I’ve really been wanting to post the picture below for a while, and I chose today’s topic of glory with the photo in mind. It’s me and three of my old kung fu buddies after a tournament. The four of us had been practicing our point sparring quite intensely at the time, and our hard work was rewarded with the huge pile of trophies we won at the tournament. Our teacher laughed at how many and how big they were when we brought them back to our school.

Yes, this was a moment of glory…but even more, it was a moment of shared joy with my friends. I had so much fun that day– there were loud musical forms presentations, teenage boys spinning sticks real fast, a table where you could buy big ol’ knives, and if I remember correctly, there was Hawiian plate lunch to eat.

It was really tasty.

So in the spirit of looking for glory anew in my life, I take a moment to note a glory of the past:

That one time we went to that tournament and CLEANED UP.

My tournament career is over, but I’ll be doing karaoke again very soon. I’ll let you know what glory I find there.

Grief & Lost Contact

I remember my friend Zach telling me that he didn’t really remember anything that happened the year after his mom died. Grief hits hard and in strange ways.

I did remember what happened the year after my dad died in 2020.

I did remember what happened the months after my mom had a massive stroke in 2021.

I didn’t drift away from memory, I drifted away from other people.
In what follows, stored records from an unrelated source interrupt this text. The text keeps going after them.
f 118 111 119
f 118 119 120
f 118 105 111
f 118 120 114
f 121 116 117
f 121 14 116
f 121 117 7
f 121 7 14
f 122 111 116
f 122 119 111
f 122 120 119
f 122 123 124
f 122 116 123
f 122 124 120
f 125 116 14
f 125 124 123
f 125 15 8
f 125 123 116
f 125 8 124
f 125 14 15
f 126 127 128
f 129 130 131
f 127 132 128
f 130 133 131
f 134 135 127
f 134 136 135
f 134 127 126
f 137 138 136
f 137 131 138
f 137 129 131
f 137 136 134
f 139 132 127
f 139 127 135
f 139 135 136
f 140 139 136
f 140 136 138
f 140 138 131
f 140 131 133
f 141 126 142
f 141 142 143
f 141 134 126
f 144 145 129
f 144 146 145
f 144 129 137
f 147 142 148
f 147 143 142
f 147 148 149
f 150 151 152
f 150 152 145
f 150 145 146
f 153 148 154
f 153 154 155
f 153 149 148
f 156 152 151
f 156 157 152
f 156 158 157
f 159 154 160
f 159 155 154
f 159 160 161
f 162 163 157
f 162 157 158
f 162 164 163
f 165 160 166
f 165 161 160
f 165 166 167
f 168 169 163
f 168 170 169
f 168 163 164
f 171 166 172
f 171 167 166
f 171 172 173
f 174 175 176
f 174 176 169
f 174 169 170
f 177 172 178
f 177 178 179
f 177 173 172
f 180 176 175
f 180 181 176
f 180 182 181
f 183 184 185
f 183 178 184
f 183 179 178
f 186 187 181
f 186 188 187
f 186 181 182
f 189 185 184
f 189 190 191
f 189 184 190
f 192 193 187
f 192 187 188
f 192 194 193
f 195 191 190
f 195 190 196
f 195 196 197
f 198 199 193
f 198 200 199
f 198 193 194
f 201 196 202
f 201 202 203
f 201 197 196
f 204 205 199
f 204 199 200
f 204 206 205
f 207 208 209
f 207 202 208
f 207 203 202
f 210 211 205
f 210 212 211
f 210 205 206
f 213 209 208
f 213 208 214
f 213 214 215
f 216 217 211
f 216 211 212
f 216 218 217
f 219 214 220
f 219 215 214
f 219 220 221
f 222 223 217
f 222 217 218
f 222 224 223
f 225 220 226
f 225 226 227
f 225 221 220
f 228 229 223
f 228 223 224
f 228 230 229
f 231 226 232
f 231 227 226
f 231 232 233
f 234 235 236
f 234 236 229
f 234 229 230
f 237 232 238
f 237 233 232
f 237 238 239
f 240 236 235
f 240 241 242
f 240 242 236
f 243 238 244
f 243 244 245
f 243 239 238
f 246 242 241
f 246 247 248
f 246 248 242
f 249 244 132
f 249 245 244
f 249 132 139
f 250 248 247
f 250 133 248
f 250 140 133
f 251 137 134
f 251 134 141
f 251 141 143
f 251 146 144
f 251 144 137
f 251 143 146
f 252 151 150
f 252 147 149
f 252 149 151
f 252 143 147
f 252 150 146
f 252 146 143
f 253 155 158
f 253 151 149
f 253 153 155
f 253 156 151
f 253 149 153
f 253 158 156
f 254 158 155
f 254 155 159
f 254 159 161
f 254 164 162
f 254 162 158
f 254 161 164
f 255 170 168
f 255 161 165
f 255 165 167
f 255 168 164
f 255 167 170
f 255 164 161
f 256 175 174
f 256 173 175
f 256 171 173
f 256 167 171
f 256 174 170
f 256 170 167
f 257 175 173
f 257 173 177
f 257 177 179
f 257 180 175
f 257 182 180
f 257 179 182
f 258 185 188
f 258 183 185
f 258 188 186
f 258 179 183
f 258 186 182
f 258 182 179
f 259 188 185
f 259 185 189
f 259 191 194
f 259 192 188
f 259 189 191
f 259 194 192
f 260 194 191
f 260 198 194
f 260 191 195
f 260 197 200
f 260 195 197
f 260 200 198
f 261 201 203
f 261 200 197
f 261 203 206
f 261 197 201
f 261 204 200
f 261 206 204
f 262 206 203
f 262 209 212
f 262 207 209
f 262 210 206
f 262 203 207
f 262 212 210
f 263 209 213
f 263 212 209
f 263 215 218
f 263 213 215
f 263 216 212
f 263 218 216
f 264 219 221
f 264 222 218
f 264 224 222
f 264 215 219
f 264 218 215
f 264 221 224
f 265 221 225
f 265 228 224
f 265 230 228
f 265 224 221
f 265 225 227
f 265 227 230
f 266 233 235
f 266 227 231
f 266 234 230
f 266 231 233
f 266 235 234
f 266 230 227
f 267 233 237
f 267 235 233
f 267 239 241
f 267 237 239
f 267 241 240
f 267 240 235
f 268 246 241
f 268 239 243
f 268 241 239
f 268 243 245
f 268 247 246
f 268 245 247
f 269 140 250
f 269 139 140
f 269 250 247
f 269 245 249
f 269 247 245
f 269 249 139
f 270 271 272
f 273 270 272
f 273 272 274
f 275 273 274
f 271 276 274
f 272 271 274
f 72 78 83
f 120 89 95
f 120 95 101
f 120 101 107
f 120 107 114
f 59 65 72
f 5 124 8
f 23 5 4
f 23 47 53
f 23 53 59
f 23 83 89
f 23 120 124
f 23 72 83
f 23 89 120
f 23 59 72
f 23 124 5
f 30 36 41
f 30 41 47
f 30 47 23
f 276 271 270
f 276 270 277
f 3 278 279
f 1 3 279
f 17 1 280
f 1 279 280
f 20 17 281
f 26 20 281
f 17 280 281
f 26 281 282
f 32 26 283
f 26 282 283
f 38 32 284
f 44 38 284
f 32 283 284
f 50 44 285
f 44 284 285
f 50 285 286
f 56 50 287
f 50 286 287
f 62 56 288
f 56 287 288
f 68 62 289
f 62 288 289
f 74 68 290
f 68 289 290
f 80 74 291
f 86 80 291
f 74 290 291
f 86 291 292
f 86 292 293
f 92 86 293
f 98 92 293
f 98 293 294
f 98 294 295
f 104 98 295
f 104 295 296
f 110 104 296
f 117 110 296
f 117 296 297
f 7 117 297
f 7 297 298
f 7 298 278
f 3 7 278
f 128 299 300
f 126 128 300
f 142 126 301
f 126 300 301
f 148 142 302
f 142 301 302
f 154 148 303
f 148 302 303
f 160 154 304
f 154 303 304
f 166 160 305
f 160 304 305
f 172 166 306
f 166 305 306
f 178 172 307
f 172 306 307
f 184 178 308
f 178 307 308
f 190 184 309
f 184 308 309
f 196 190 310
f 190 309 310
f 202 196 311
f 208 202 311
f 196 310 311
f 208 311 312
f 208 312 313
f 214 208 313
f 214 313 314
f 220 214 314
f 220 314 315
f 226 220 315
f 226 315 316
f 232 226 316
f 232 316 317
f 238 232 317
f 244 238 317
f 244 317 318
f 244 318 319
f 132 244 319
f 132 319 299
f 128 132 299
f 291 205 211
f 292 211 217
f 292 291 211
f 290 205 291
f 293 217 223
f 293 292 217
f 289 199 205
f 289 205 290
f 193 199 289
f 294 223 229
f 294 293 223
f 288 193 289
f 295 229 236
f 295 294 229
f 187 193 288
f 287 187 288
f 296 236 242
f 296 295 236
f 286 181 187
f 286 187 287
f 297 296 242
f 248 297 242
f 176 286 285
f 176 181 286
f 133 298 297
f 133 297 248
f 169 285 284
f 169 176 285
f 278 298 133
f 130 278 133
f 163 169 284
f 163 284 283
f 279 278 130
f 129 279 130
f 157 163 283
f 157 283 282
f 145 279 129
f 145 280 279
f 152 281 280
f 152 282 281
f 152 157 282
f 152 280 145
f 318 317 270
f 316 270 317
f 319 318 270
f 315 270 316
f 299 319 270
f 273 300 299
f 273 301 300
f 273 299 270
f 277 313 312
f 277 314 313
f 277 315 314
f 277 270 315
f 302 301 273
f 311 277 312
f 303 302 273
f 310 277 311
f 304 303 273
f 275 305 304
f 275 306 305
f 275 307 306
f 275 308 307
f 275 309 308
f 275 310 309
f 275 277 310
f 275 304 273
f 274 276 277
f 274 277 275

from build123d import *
Away, distant from my friends and family. I became unreachable, unavailable. I went into a massive state of withdrawal and social overwhelm. I couldn’t answer texts, I still haven’t answered emails, and social media became terrifying, so I stopped participating in it pretty much altogether.

My internal world felt safer than the scary external world where people I love really do die and are gone forever.

My internal world felt safer, but it isn’t safer. I know that.

I love my friends, I love my family. My life is bleh without them. I need them to keep me from feeling like a ghost. To remind me that I’m real.